In the end, Cook’s interrogation results in a slap on the wrist, just as Travis predicted. Money forgives everything.

• Travis’ problems with women include those close to him. In an early scene, we never actually hear the “good news” Gabi wants to share with Travis, who is so buzzed with his own wins that he’s more interested in finding the Wii Remote. Afterwards, his mother tries to advise him on how to handle reports that Uber puts women and children at risk, an accusation that Travis dismisses as “college stuff.” She replies: “Except that you are no longer in college. You are a grown man and you have to take responsibility and face your problems head on. Sorry mom.

• “I have nothing but respect for Apple’s commitment to privacy” gets the open laugh it deserves.

• Not to be overwhelmed in the rapacious industrial department, Cook walks past Travis calling him out on worker abuse at Foxconn, the notorious company that makes Apple products, and ends the meeting by coldly announcing that the multi-billion dollar investment dollars from Uber in China is for nothing. Check and mate.

• At this point, the conversation turns to whether Travis’ various missteps are “survivable.” No doubt this will be fleshed out more in the next installment, but it’s telling that Travis’ decision to fire Anthony Levandowski from Google’s self-driving vehicle program is a far bigger misstep than his long list of management abuses.

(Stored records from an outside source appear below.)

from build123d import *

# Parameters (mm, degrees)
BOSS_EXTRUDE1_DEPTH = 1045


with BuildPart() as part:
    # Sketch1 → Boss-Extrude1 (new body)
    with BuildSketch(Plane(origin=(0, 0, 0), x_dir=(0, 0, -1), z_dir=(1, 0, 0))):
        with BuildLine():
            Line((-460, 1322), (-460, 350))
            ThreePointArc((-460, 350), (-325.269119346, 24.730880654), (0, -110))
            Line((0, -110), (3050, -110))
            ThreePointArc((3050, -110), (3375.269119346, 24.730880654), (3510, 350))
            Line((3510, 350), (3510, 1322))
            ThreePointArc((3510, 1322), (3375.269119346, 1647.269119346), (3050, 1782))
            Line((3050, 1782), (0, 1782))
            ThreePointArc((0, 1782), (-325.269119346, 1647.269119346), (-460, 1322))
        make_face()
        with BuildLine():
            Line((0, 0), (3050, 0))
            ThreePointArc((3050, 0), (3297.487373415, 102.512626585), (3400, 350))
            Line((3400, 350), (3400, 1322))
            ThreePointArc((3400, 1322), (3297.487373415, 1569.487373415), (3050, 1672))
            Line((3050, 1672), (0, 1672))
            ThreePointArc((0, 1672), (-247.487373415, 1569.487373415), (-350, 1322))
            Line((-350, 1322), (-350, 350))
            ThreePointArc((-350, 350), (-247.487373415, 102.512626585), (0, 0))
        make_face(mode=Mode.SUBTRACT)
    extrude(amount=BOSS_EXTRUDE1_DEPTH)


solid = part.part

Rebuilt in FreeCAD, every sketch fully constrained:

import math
import FreeCAD as App
import Part
import Sketcher

V = App.Vector

doc = App.newDocument("Part")
params = doc.addObject("Spreadsheet::Sheet", "Params")
for row, (alias, value) in enumerate([
    ("sketch1_radius", "460 mm"),
    ("sketch1_radius2", "350 mm"),
    ("sketch1_width", "972 mm"),
    ("sketch1_height", "3050 mm"),
    ("pad1_length", "1045 mm"),
], start=1):
    params.set(f"A{row}", alias)
    params.set(f"B{row}", "=" + value)
    params.setAlias(f"B{row}", alias)

body = doc.addObject("PartDesign::Body", "Body")

sketch1 = body.newObject("Sketcher::SketchObject", "Sketch")
sketch1.AttachmentSupport = (doc.getObject("YZ_Plane"), [""])
sketch1.MapMode = "FlatFace"
sketch1.addGeometry(Part.LineSegment(V(1322, 460, 0), V(350, 460, 0)), False)
sketch1.addGeometry(Part.ArcOfCircle(Part.Circle(V(350, 0, 0), V(0, 0, 1), 460), math.radians(90), math.radians(180)), False)
sketch1.addGeometry(Part.LineSegment(V(-110, 0, 0), V(-110, -3050, 0)), False)
sketch1.addGeometry(Part.ArcOfCircle(Part.Circle(V(350, -3050, 0), V(0, 0, 1), 460), math.radians(180), math.radians(270)), False)
sketch1.addGeometry(Part.LineSegment(V(350, -3510, 0), V(1322, -3510, 0)), False)
sketch1.addGeometry(Part.ArcOfCircle(Part.Circle(V(1322, -3050, 0), V(0, 0, 1), 460), math.radians(-90), math.radians(0)), False)
sketch1.addGeometry(Part.LineSegment(V(1782, -3050, 0), V(1782, 0, 0)), False)
sketch1.addGeometry(Part.ArcOfCircle(Part.Circle(V(1322, 0, 0), V(0, 0, 1), 460), math.radians(0), math.radians(90)), False)
sketch1.addGeometry(Part.LineSegment(V(0, -3050, 0), V(0, 0, 0)), False)
sketch1.addGeometry(Part.ArcOfCircle(Part.Circle(V(350, 0, 0), V(0, 0, 1), 350), math.radians(90), math.radians(180)), False)
sketch1.addGeometry(Part.LineSegment(V(350, 350, 0), V(1322, 350, 0)), False)
sketch1.addGeometry(Part.ArcOfCircle(Part.Circle(V(1322, 0, 0), V(0, 0, 1), 350), math.radians(0), math.radians(90)), False)
sketch1.addGeometry(Part.LineSegment(V(1672, 0, 0), V(1672, -3050, 0)), False)
sketch1.addGeometry(Part.ArcOfCircle(Part.Circle(V(1322, -3050, 0), V(0, 0, 1), 350), math.radians(-90), math.radians(0)), False)
sketch1.addGeometry(Part.LineSegment(V(1322, -3400, 0), V(350, -3400, 0)), False)
sketch1.addGeometry(Part.ArcOfCircle(Part.Circle(V(350, -3050, 0), V(0, 0, 1), 350), math.radians(-180), math.radians(-90)), False)
sketch1.addConstraint(Sketcher.Constraint("Tangent", 0, 2, 1, 1))
sketch1.addConstraint(Sketcher.Constraint("Tangent", 1, 2, 2, 1))
sketch1.addConstraint(Sketcher.Constraint("Tangent", 2, 2, 3, 1))
sketch1.addConstraint(Sketcher.Constraint("Tangent", 3, 2, 4, 1))
sketch1.addConstraint(Sketcher.Constraint("Tangent", 4, 2, 5, 1))
sketch1.addConstraint(Sketcher.Constraint("Tangent", 5, 2, 6, 1))
sketch1.addConstraint(Sketcher.Constraint("Tangent", 6, 2, 7, 1))
sketch1.addConstraint(Sketcher.Constraint("Tangent", 7, 2, 0, 1))
sketch1.addConstraint(Sketcher.Constraint("Tangent", 8, 2, 9, 2))
sketch1.addConstraint(Sketcher.Constraint("Tangent", 9, 1, 10, 1))
sketch1.addConstraint(Sketcher.Constraint("Tangent", 10, 2, 11, 2))
sketch1.addConstraint(Sketcher.Constraint("Tangent", 11, 1, 12, 1))
sketch1.addConstraint(Sketcher.Constraint("Tangent", 12, 2, 13, 2))
sketch1.addConstraint(Sketcher.Constraint("Tangent", 13, 1, 14, 1))
sketch1.addConstraint(Sketcher.Constraint("Tangent", 14, 2, 15, 2))
sketch1.addConstraint(Sketcher.Constraint("Tangent", 15, 1, 8, 1))
sketch1.addConstraint(Sketcher.Constraint("Horizontal", 0))
sketch1.addConstraint(Sketcher.Constraint("Vertical", 2))
sketch1.addConstraint(Sketcher.Constraint("Horizontal", 4))
sketch1.addConstraint(Sketcher.Constraint("Vertical", 6))
sketch1.addConstraint(Sketcher.Constraint("Vertical", 8))
sketch1.addConstraint(Sketcher.Constraint("Horizontal", 10))
sketch1.addConstraint(Sketcher.Constraint("Vertical", 12))
sketch1.addConstraint(Sketcher.Constraint("Horizontal", 14))
sketch1.addConstraint(Sketcher.Constraint("Coincident", 8, 2, -1, 1))
sketch1.addConstraint(Sketcher.Constraint("Coincident", 9, 3, 1, 3))
sketch1.addConstraint(Sketcher.Constraint("Coincident", 11, 3, 7, 3))
sketch1.addConstraint(Sketcher.Constraint("Coincident", 13, 3, 5, 3))
sketch1.addConstraint(Sketcher.Constraint("Equal", 1, 3))
sketch1.addConstraint(Sketcher.Constraint("Equal", 3, 5))
sketch1.addConstraint(Sketcher.Constraint("Equal", 5, 7))
sketch1.addConstraint(Sketcher.Constraint("Equal", 13, 15))
sketch1.addConstraint(Sketcher.Constraint("Radius", 1, 460.0))
sketch1.addConstraint(Sketcher.Constraint("Radius", 9, 350.0))
sketch1.addConstraint(Sketcher.Constraint("DistanceX", 0, 2, 0, 1, 972.0))
sketch1.addConstraint(Sketcher.Constraint("DistanceY", 2, 2, 2, 1, 3050.0))
sketch1.setExpression("Constraints[32]", "Params.sketch1_radius")
sketch1.setExpression("Constraints[33]", "Params.sketch1_radius2")
sketch1.setExpression("Constraints[34]", "Params.sketch1_width")
sketch1.setExpression("Constraints[35]", "Params.sketch1_height")
pad1 = body.newObject("PartDesign::Pad", "Pad")
pad1.Profile = sketch1
pad1.setExpression("Length", "Params.pad1_length")

doc.recompute()
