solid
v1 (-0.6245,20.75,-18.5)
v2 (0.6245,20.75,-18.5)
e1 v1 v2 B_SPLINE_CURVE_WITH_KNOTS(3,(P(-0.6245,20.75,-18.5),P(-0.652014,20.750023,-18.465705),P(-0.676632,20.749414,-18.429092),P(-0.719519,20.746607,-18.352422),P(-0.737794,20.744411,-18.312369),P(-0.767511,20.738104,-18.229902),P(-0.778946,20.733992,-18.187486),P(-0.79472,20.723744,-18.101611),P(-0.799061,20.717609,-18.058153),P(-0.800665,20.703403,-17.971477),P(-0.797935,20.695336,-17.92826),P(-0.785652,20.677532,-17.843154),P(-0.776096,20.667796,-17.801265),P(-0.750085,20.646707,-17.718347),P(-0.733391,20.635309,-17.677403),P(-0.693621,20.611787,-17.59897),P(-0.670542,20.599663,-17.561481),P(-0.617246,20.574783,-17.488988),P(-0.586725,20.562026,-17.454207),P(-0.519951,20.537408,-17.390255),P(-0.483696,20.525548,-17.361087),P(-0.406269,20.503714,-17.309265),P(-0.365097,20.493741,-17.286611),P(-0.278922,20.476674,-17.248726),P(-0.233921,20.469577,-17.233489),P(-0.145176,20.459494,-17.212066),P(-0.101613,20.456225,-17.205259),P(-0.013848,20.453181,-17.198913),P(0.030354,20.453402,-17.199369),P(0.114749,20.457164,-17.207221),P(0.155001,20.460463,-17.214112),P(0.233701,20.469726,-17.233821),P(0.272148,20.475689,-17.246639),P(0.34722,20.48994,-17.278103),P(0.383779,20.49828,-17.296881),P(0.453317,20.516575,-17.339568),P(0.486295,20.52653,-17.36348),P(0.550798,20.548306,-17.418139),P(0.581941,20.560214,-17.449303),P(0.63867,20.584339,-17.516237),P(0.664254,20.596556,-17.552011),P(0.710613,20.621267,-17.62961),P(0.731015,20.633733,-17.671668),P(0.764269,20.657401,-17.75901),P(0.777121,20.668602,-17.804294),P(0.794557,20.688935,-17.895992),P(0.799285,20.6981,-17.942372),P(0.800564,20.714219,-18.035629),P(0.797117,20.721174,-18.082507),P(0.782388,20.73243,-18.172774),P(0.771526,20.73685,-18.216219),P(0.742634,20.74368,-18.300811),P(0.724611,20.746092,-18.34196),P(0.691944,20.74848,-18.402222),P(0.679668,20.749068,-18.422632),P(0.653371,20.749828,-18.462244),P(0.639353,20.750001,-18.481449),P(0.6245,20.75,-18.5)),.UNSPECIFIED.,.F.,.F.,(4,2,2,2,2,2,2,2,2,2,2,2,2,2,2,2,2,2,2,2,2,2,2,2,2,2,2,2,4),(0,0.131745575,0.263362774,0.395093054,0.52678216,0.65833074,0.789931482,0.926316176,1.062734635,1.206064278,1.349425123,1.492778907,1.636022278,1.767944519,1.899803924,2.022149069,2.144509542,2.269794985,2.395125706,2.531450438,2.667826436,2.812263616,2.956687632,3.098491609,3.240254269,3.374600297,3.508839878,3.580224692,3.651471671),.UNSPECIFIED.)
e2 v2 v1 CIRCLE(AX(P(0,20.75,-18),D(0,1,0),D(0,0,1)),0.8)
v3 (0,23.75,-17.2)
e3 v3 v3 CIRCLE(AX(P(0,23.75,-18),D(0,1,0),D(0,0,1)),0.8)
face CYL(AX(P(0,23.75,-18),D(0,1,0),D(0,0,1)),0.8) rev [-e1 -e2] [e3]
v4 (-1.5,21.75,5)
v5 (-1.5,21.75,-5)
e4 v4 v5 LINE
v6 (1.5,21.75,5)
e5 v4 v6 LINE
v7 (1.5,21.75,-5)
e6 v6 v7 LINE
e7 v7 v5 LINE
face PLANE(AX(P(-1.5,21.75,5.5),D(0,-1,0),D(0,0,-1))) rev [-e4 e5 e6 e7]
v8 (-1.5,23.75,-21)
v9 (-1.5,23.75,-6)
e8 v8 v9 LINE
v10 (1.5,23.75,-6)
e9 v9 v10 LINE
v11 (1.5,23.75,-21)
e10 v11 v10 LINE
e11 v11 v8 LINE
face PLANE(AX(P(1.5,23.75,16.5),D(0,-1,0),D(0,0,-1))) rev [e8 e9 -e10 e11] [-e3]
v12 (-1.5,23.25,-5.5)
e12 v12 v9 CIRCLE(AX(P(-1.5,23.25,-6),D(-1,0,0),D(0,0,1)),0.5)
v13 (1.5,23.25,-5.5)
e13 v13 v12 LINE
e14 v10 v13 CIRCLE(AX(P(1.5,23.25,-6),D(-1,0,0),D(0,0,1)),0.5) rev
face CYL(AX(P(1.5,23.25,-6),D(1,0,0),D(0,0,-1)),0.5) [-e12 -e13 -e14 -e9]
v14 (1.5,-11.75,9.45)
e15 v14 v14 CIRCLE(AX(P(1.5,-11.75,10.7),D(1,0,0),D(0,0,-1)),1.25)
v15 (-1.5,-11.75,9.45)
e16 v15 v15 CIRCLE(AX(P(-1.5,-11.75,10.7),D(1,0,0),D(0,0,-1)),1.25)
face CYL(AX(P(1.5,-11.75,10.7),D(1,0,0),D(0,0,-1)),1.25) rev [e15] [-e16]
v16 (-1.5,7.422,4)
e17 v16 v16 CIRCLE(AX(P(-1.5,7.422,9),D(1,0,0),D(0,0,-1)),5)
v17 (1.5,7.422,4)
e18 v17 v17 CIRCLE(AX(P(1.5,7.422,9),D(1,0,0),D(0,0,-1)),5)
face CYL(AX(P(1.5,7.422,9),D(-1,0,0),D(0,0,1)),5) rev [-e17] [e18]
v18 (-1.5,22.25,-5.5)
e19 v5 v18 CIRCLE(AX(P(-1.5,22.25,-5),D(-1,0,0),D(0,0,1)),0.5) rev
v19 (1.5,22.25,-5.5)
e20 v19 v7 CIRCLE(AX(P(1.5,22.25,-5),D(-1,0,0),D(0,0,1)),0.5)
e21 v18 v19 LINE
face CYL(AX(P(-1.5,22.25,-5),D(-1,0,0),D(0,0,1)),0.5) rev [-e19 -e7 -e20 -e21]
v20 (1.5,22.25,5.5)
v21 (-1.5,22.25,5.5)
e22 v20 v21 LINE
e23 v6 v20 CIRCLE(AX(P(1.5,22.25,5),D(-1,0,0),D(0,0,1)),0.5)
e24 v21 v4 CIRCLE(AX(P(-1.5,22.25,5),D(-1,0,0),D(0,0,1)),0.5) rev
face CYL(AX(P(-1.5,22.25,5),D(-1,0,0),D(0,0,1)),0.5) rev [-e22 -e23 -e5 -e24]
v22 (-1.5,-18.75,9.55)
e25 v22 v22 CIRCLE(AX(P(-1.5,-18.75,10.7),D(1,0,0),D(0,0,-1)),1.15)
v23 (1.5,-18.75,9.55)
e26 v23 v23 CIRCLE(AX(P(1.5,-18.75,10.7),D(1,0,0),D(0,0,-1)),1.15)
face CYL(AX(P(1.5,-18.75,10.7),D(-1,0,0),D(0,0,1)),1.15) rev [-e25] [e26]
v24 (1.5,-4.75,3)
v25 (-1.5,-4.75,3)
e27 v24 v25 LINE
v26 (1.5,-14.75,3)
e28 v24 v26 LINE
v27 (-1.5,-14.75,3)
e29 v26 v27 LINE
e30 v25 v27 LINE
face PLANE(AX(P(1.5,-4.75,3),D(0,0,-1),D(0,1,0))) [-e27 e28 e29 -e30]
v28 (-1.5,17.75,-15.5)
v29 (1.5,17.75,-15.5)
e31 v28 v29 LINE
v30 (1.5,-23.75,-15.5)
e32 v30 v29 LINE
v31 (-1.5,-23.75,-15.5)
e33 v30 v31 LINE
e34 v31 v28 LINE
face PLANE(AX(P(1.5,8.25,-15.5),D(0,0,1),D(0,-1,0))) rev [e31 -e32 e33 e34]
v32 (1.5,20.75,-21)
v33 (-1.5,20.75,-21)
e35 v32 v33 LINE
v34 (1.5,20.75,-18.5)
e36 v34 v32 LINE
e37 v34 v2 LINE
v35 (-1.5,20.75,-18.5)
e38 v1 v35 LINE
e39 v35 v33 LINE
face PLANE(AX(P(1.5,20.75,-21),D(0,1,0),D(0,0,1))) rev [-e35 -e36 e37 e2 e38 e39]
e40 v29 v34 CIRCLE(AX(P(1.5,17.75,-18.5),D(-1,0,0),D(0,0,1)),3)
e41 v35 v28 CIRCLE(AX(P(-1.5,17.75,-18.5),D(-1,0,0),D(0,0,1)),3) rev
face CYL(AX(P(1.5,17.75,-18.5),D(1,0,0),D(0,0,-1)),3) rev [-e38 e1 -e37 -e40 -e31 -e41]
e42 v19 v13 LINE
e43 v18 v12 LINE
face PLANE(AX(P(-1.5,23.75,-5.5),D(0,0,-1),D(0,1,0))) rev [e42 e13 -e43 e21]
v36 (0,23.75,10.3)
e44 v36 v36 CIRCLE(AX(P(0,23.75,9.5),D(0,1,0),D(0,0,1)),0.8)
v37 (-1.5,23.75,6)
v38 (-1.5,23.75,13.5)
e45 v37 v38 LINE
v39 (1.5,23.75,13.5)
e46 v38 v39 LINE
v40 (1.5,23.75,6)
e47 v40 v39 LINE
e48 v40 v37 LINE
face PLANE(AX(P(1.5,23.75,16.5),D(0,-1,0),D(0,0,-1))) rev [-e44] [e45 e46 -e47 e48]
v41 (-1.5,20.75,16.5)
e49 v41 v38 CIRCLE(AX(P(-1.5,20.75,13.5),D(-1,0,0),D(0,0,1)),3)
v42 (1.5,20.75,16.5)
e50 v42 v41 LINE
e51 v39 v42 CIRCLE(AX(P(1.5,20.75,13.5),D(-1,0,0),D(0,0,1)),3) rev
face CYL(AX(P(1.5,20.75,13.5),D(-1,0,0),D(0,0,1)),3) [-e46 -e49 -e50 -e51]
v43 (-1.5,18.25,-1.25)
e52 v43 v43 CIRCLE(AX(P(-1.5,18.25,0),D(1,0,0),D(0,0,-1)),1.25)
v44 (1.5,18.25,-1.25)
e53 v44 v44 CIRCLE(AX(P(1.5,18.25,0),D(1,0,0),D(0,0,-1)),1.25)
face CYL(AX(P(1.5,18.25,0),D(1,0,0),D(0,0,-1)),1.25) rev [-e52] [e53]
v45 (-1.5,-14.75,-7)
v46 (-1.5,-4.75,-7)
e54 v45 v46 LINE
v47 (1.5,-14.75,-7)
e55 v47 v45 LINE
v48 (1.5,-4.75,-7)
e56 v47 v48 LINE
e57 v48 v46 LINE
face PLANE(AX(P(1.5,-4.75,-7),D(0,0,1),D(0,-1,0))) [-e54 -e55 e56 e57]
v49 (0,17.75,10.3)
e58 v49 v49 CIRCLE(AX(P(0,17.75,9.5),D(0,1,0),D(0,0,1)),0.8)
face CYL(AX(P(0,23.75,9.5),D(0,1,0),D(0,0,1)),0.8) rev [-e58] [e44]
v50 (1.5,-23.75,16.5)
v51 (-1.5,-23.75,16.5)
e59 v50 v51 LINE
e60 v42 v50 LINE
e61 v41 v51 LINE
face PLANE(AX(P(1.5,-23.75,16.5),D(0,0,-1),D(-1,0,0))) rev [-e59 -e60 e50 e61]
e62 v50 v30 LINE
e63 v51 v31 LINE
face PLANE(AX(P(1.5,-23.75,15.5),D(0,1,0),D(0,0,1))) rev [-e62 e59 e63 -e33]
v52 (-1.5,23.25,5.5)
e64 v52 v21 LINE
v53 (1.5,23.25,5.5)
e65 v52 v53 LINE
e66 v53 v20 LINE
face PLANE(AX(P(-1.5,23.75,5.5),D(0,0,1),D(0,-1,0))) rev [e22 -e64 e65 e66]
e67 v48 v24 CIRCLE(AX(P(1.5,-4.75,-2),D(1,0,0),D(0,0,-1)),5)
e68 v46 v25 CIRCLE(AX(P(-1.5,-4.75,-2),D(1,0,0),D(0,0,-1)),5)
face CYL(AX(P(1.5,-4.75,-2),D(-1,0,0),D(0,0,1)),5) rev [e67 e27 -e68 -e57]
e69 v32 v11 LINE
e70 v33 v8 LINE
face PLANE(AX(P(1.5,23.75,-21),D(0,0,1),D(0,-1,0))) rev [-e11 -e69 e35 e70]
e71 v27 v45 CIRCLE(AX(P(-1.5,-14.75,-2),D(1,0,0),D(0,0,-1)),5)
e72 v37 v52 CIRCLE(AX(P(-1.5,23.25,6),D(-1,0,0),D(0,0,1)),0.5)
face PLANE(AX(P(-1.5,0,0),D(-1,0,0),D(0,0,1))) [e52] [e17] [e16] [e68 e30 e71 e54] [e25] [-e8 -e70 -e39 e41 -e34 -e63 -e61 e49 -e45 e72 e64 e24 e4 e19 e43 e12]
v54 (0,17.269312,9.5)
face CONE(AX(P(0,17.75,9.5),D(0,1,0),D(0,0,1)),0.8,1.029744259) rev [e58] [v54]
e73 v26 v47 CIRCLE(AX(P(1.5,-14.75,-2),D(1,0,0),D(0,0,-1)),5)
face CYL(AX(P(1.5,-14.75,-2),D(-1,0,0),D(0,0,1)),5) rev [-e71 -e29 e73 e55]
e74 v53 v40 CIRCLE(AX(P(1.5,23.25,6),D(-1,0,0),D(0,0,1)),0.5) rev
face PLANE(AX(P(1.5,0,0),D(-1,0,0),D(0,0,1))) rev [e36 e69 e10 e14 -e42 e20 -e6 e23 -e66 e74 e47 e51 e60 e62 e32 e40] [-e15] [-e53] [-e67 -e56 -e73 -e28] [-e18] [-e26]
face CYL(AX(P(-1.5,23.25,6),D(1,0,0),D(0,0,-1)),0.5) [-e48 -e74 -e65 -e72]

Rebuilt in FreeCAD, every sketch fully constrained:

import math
import FreeCAD as App
import Part
import Sketcher

V = App.Vector
Q = App.Units.Quantity


def edges_at(feature, points):
    """Names of the edges that pass closest to the given points."""
    edges = feature.Shape.Edges
    near = lambda p: min(range(len(edges)), key=lambda i: edges[i].distToShape(Part.Vertex(*p))[0])
    return sorted({f"Edge{near(p) + 1}" for p in points})

doc = App.newDocument("Part")
body = doc.addObject("PartDesign::Body", "Body")

sketch1 = doc.addObject("Sketcher::SketchObject", "Sketch")
body.addObject(sketch1)
sketch1.AttachmentSupport = (doc.YZ_Plane, [""])
sketch1.MapMode = "FlatFace"
sketch1.addGeometry([
    Part.LineSegment(V(23.75, -21, 0), V(23.75, 16.5, 0)),
    Part.LineSegment(V(23.75, 16.5, 0), V(-23.75, 16.5, 0)),
    Part.LineSegment(V(-23.75, 16.5, 0), V(-23.75, -15.5, 0)),
    Part.LineSegment(V(-23.75, -15.5, 0), V(20.75, -15.5, 0)),
    Part.LineSegment(V(20.75, -15.5, 0), V(20.75, -21, 0)),
    Part.LineSegment(V(20.75, -21, 0), V(23.75, -21, 0)),
    Part.LineSegment(V(-4.75, -7, 0), V(-14.75, -7, 0)),
    Part.ArcOfCircle(Part.Circle(V(-14.75, -2, 0), V(0, 0, 1), 5), math.radians(90), math.radians(270)),
    Part.LineSegment(V(-14.75, 3, 0), V(-4.75, 3, 0)),
    Part.ArcOfCircle(Part.Circle(V(-4.75, -2, 0), V(0, 0, 1), 5), math.radians(-90), math.radians(90)),
    Part.Circle(V(-18.75, 10.7, 0), V(0, 0, 1), 1.15),
    Part.Circle(V(7.422, 9, 0), V(0, 0, 1), 5),
], False)
sketch1.addConstraint([
    Sketcher.Constraint("Coincident", 0, 2, 1, 1),
    Sketcher.Constraint("Coincident", 1, 2, 2, 1),
    Sketcher.Constraint("Coincident", 2, 2, 3, 1),
    Sketcher.Constraint("Coincident", 3, 2, 4, 1),
    Sketcher.Constraint("Coincident", 4, 2, 5, 1),
    Sketcher.Constraint("Coincident", 5, 2, 0, 1),
    Sketcher.Constraint("Tangent", 6, 2, 7, 2),
    Sketcher.Constraint("Tangent", 7, 1, 8, 1),
    Sketcher.Constraint("Tangent", 8, 2, 9, 2),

Losing money is, again, the only unforgivable crime in business.

• Most digits of super pumped are dramatized under their real names, but “Olivia” is an amalgamation of several journalists. In this episode, Olivia replaces Sarah Lacy, founder and EIC of PandoDaily. A full account of his battles with Kalanick and Uber can be found on Vox.

• Strongly Considered Upping the Rating to a Full Star for the Replacements “Here Comes a Regular” Needle Drop. The song is about people retiring to a bar “after a hard day of nothing at all”. A whole different feeling for an Uber employee than tapping into a barrel in Las Vegas.